This is an archived article that was published on sltrib.com in 2014, and information in the article may be outdated. It is provided only for personal research purposes and may not be reprinted.

The Supreme Court of the United States made a mistake Monday when it ruled that it is generally not an unconstitutional establishment of religion for city councils to open their meetings with a prayer.

But it is mistake that will, if wiser heads prevail at the local level, do minimal damage, because the court's ruling is permissive, not mandatory.

The 5-4 decision in the case of the Town of Greece v. Galloway is unlikely to move any local body that does not already overlay its secular duties with a religious component to launch such an unwise practice.

The ruling allows those cities whose leaders know better — Salt Lake City among them — to continue to avoid even the suggestion that a governmental jurisdiction favors one faith over another, or favors belief over non-belief.

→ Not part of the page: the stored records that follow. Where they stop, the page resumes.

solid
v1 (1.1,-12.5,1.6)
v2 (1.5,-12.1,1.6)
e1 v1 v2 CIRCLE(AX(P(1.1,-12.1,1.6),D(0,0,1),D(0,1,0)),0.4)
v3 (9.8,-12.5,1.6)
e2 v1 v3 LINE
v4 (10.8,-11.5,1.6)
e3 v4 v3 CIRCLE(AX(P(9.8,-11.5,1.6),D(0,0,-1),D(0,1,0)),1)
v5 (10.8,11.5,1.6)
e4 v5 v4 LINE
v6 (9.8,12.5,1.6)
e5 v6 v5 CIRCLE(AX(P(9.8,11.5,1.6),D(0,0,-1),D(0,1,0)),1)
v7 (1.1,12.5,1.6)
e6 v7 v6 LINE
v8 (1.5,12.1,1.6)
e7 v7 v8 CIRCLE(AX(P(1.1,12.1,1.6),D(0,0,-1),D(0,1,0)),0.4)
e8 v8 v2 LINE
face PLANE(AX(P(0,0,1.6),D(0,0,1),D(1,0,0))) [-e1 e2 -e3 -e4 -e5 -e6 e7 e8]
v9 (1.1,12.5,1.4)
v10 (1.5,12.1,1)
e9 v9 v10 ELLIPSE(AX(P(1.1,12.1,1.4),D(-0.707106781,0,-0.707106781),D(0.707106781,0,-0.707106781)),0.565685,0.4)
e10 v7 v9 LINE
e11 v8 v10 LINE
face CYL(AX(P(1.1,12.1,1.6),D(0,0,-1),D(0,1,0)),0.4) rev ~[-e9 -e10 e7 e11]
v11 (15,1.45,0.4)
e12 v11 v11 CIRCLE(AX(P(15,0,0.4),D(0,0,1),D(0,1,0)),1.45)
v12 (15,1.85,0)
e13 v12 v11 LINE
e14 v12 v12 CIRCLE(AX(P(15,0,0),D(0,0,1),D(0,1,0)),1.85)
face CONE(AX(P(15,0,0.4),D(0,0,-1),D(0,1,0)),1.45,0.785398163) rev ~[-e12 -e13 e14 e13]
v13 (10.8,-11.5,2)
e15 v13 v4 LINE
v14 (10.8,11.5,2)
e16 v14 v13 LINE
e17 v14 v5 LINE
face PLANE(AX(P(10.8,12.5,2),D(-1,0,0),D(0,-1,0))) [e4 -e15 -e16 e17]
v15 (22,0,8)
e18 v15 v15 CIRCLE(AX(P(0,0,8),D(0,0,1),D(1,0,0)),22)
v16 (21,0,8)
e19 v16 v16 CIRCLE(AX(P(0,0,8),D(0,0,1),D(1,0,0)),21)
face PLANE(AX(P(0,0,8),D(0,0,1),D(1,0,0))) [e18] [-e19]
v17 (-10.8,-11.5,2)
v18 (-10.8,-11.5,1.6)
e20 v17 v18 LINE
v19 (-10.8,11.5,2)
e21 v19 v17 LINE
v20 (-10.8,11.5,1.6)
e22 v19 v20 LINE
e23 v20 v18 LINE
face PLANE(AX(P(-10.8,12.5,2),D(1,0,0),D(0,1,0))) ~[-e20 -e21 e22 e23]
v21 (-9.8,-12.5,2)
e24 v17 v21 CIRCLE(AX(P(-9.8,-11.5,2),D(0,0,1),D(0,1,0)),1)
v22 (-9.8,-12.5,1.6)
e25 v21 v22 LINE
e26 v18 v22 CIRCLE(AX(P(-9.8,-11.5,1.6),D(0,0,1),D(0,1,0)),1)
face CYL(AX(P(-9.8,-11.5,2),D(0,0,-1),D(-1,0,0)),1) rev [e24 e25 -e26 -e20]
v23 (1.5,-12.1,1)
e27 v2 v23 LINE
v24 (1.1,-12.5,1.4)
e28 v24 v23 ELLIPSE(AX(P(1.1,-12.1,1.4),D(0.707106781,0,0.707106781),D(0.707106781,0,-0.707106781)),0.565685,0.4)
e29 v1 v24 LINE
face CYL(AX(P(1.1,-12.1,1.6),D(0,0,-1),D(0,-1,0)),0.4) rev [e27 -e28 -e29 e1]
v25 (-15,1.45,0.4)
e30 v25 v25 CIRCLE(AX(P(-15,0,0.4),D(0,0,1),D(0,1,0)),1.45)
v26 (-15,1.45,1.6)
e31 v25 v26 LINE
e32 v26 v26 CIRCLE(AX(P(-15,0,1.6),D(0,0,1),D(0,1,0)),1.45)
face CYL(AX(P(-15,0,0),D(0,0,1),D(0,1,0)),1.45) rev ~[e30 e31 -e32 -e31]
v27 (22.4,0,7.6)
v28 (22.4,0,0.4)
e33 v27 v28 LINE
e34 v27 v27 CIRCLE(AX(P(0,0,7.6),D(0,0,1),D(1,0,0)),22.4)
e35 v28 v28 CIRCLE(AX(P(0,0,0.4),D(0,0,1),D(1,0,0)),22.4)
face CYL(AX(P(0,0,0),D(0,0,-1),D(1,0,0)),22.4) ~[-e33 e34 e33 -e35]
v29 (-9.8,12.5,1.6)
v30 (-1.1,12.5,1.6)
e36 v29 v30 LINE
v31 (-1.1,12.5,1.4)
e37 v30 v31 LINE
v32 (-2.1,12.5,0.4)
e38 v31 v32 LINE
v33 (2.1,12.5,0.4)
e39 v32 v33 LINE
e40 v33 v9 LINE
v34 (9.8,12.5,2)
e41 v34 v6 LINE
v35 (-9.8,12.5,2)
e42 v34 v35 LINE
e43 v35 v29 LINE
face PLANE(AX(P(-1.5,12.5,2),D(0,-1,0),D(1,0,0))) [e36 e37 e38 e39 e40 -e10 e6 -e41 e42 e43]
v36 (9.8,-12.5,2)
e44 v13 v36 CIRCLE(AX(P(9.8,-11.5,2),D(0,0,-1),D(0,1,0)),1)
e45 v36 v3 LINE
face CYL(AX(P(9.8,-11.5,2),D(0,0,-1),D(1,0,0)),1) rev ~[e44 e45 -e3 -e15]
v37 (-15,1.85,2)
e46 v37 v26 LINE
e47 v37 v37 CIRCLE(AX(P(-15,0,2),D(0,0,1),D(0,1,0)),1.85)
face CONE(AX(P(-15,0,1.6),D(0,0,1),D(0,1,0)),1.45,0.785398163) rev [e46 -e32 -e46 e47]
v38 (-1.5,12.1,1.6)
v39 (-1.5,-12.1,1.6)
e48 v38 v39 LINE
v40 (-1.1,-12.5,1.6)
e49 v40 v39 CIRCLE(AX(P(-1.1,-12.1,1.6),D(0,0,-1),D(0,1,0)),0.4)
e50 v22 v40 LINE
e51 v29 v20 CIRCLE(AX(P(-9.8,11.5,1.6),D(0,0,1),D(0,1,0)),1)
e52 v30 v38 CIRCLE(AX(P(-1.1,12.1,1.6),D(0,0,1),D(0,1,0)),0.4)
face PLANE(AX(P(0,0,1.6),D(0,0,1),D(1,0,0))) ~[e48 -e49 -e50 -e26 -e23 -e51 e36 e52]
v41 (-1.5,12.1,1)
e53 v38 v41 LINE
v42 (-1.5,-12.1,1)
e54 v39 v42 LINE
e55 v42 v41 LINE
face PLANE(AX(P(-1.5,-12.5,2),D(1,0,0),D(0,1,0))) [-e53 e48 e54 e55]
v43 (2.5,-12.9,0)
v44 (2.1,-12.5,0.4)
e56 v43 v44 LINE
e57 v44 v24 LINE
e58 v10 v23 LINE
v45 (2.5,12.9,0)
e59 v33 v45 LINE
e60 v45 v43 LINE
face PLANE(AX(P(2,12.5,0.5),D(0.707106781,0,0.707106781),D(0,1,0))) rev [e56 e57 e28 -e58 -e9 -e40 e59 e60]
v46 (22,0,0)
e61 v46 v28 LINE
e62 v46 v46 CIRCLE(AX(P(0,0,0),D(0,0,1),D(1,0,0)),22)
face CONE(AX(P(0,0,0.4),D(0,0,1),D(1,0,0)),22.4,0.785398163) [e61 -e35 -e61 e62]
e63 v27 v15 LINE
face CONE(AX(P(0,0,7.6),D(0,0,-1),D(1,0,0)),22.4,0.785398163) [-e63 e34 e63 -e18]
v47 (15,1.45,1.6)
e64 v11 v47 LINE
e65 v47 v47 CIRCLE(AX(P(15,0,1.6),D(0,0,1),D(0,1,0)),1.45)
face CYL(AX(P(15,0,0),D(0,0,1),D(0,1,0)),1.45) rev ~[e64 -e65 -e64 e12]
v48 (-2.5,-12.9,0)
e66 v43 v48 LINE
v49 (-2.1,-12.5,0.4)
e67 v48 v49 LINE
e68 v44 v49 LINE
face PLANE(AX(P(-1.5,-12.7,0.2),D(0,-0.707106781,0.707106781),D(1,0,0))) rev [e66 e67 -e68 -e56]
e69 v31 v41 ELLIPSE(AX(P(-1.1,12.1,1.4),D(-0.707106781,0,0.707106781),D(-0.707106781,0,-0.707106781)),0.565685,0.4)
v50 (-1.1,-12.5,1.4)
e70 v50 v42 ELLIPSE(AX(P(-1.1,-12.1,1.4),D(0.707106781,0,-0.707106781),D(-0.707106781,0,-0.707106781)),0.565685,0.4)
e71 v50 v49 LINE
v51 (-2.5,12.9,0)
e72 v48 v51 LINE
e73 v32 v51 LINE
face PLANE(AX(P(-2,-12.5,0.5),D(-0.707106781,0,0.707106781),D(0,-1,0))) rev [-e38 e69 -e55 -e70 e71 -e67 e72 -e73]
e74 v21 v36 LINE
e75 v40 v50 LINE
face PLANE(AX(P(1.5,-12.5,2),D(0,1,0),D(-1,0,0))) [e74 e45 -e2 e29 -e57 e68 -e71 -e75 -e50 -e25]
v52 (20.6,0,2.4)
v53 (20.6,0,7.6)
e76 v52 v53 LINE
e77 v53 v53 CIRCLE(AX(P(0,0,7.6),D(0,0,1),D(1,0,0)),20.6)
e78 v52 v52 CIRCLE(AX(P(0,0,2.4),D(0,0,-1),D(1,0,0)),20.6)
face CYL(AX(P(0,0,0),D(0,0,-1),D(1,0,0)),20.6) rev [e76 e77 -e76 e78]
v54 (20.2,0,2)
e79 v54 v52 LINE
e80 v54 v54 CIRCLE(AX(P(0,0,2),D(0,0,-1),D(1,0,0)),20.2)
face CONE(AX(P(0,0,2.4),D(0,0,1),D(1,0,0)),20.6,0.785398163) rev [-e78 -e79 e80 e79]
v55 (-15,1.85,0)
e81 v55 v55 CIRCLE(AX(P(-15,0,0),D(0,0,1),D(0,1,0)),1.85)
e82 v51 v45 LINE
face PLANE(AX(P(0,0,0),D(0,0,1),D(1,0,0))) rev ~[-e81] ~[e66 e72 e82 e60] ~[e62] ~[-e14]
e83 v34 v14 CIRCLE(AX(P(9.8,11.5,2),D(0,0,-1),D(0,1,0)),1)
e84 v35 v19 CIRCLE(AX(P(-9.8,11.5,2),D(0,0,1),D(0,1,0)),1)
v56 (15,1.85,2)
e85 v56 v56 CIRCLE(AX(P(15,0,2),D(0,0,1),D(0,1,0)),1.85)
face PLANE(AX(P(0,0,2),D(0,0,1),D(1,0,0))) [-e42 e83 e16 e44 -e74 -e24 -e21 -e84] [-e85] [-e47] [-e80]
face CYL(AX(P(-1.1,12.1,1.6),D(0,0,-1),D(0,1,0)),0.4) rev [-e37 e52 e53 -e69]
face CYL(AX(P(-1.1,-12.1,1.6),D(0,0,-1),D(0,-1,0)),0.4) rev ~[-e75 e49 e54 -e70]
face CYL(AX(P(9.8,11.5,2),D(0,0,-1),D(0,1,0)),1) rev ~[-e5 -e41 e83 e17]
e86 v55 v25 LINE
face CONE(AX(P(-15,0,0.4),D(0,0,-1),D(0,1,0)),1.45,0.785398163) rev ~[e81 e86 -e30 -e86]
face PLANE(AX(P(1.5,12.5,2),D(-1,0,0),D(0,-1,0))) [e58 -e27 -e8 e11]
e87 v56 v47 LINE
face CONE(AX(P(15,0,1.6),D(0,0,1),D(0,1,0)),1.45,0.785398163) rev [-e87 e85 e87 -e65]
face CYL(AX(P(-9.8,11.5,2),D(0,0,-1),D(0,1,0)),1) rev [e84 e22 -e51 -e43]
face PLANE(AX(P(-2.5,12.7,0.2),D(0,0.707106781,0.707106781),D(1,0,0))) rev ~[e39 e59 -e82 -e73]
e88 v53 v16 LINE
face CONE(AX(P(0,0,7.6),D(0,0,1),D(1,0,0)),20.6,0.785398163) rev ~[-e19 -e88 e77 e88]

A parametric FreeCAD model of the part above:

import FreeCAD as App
import Part
import Sketcher
from FreeCAD import Vector


def edges_at(feature, points):
    """Names of the edges that pass closest to the given points."""
    edges = feature.Shape.Edges
    near = lambda p: min(range(len(edges)), key=lambda i: edges[i].distToShape(Part.Vertex(*p))[0])
    return sorted({f"Edge{near(p) + 1}" for p in points})

doc = App.newDocument("Part")
body = doc.addObject("PartDesign::Body", "Body")

# Sketch on XY plane
sketch1 = body.newObject("Sketcher::SketchObject", "Sketch")
sketch1.AttachmentSupport = (doc.getObject("XY_Plane"), [""])
sketch1.MapMode = "FlatFace"
sketch1.addGeometry(Part.Circle(Vector(0, 0, 0), Vector(0, 0, 1), 22), False)
sketch1.addConstraint([
    Sketcher.Constraint("Coincident", 0, 3, -1, 1),
    Sketcher.Constraint("Diameter", 0, 44.8),
])
pad1 = body.newObject("PartDesign::Pad", "Pad")
pad1.Profile = sketch1
pad1.Length = 2

# Sketch on XY plane
sketch2 = body.newObject("Sketcher::SketchObject", "Sketch001")
sketch2.AttachmentSupport = (doc.getObject("XY_Plane"), [""])
sketch2.MapMode = "FlatFace"
sketch2.addGeometry([
    Part.Circle(Vector(0, 0, 0), Vector(0, 0, 1), 22),
    Part.Circle(Vector(0, 0, 0), Vector(0, 0, 1), 21),
], False)
sketch2.addConstraint([
    Sketcher.Constraint("Coincident", 0, 3, -1, 1),
    Sketcher.Constraint("Coincident", 1, 3, -1, 1),
    Sketcher.Constraint("Diameter", 1, 41.2),
    Sketcher.Constraint("Diameter", 0, 44.8),
])
pad2 = body.newObject("PartDesign::Pad", "Pad001")
pad2.Profile = sketch2
pad2.Length = 8

# Sketch on XY plane
sketch3 = body.newObject("Sketcher::SketchObject", "Sketch002")
sketch3.AttachmentSupport = (doc.getObject("XY_Plane"), [""])
sketch3.MapMode = "FlatFace"
sketch3.AttachmentOffset = App.Placement(Vector(0, 0, 2), App.Rotation())
sketch3.addGeometry([
    Part.LineSegment(Vector(1.5, 12.5, 0), Vector(-1.5, 12.5, 0)),
    Part.LineSegment(Vector(-1.5, 12.5, 0), Vector(-1.5, -12.5, 0)),
    Part.LineSegment(Vector(-1.5, -12.5, 0), Vector(1.5, -12.5, 0)),
    Part.LineSegment(Vector(1.5, -12.5, 0), Vector(1.5, 12.5, 0)),
], False)
sketch3.addConstraint([
    Sketcher.Constraint("Coincident", 0, 2, 1, 1),
    Sketcher.Constraint("Coincident", 1, 2, 2, 1),
    Sketcher.Constraint("Coincident", 2, 2, 3, 1),
    Sketcher.Constraint("Coincident", 3, 2, 0, 1),
    Sketcher.Constraint("Horizontal", 0),
    Sketcher.Constraint("Vertical", 1),
    Sketcher.Constraint("Horizontal", 2),
    Sketcher.Constraint("Vertical", 3),
    Sketcher.Constraint("Symmetric", 0, 2, 2, 2, -1, 1),
    Sketcher.Constraint("DistanceX", 0, 2, 0, 1, 3.0),
    Sketcher.Constraint("DistanceY", 1, 2, 1, 1, 25.0),
])
pocket1 = body.newObject("PartDesign::Pocket", "Pocket")
pocket1.Profile = sketch3
pocket1.Type = "ThroughAll"

# Sketch on XY plane
sketch4 = body.newObject("Sketcher::SketchObject", "Sketch003")
sketch4.AttachmentSupport = (doc.getObject("XY_Plane"), [""])
sketch4.MapMode = "FlatFace"
sketch4.AttachmentOffset = App.Placement(Vector(0, 0, 2), App.Rotation())
sketch4.addGeometry([
    Part.LineSegment(Vector(11, 12, 0), Vector(2, 12, 0)),
    Part.LineSegment(Vector(2, 12, 0), Vector(2, -12, 0)),
    Part.LineSegment(Vector(2, -12, 0), Vector(11, -12, 0)),
    Part.LineSegment(Vector(11, -12, 0), Vector(11, 12, 0)),
], False)
sketch4.addConstraint([
    Sketcher.Constraint("Coincident", 0, 2, 1, 1),
    Sketcher.Constraint("Coincident", 1, 2, 2, 1),
    Sketcher.Constraint("Coincident", 2, 2, 3, 1),
    Sketcher.Constraint("Coincident", 3, 2, 0, 1),
    Sketcher.Constraint("Horizontal", 0),
    Sketcher.Constraint("Vertical", 1),
    Sketcher.Constraint("Horizontal", 2),
    Sketcher.Constraint("Vertical", 3),
    Sketcher.Constraint("DistanceX", 0, 2, 0, 1, 9.3),
    Sketcher.Constraint("DistanceY", 1, 2, 1, 1, 25.0),
    Sketcher.Constraint("DistanceX", -1, 1, 0, 2, 1.5),
    Sketcher.Constraint("DistanceY", -1, 1, 0, 2, 12.5),
])
pocket2 = body.newObject("PartDesign::Pocket", "Pocket001")
pocket2.Profile = sketch4
pocket2.Length = 0.4
doc.recompute()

In upholding the right of the town board of Greece, N.Y., to open its meetings with overtly Christian prayers, the majority opinion by Justice Anthony Kennedy adopted the jurisprudence of, "But we've always done it this way."

He held that no one is really being forced to participate in or endorse any particular religious observance or tradition as a price of admission to a public meeting. They can always just ignore what is being said, Kennedy wrote, or even wait outside while the prayer is being offered.

Maybe.

But it would be much more in keeping with the American belief in separation of church and state — the belief that has spared our society the kinds of bloody disagreements that usually accompany the mixture of the sacred and the secular — for local governments to take their guidance from the minority opinion by Justice Elena Kagan.

Her much more powerful and realistic argument is that no government agency should skate anywhere near behavior that so much as hints that citizens who have business before it will receive preferable treatment if they follow, or pretend to follow, a particular religious faith.

It is wrong for any government to even subliminally suggest that a citizen is more, or less, likely to win a contract, a permit or an appropriation based, not on the soundness of their argument or the justness of their cause, but on the religious faith that they do, or do not, share with those in power.

The court, though, properly left it up to each city to decide whether it wants to needlessly clutter its public gatherings with references, often watered down beyond recognition, to beings and beliefs that not all their citizens share.

Local government should earn this trust, and do away with prayers at public meetings.